Nothing outside the range is wanted. Repeat exactly the lines below from the one with "circle A1 centre (0, 0) radius 4" through the one with "A parametric FreeCAD".

# # # #

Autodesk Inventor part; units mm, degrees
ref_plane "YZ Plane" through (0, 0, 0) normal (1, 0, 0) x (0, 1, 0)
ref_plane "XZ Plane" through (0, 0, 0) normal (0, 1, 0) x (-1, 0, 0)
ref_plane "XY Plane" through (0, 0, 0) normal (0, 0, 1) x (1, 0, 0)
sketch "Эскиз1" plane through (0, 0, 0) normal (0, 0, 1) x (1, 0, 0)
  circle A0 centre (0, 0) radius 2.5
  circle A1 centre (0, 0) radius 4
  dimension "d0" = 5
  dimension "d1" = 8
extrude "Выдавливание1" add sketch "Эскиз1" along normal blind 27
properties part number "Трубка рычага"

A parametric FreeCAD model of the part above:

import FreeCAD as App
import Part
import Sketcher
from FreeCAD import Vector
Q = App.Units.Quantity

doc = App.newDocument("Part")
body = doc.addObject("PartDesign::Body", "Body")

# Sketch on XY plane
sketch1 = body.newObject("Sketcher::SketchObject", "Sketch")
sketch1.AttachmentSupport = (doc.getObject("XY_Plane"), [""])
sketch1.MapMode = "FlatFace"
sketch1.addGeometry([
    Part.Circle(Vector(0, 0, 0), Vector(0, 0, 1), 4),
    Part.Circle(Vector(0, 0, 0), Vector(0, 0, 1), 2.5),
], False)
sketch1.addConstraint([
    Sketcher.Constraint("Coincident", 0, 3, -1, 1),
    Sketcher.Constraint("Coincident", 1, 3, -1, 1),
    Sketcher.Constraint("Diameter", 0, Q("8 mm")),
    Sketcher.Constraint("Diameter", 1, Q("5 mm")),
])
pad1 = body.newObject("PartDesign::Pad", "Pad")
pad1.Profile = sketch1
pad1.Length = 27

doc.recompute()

# # # #

▶ [Solution to this task]:
  circle A1 centre (0, 0) radius 4
  dimension "d0" = 5
  dimension "d1" = 8
extrude "Выдавливание1" add sketch "Эскиз1" along normal blind 27
properties part number "Трубка рычага"

A parametric FreeCAD model of the part above:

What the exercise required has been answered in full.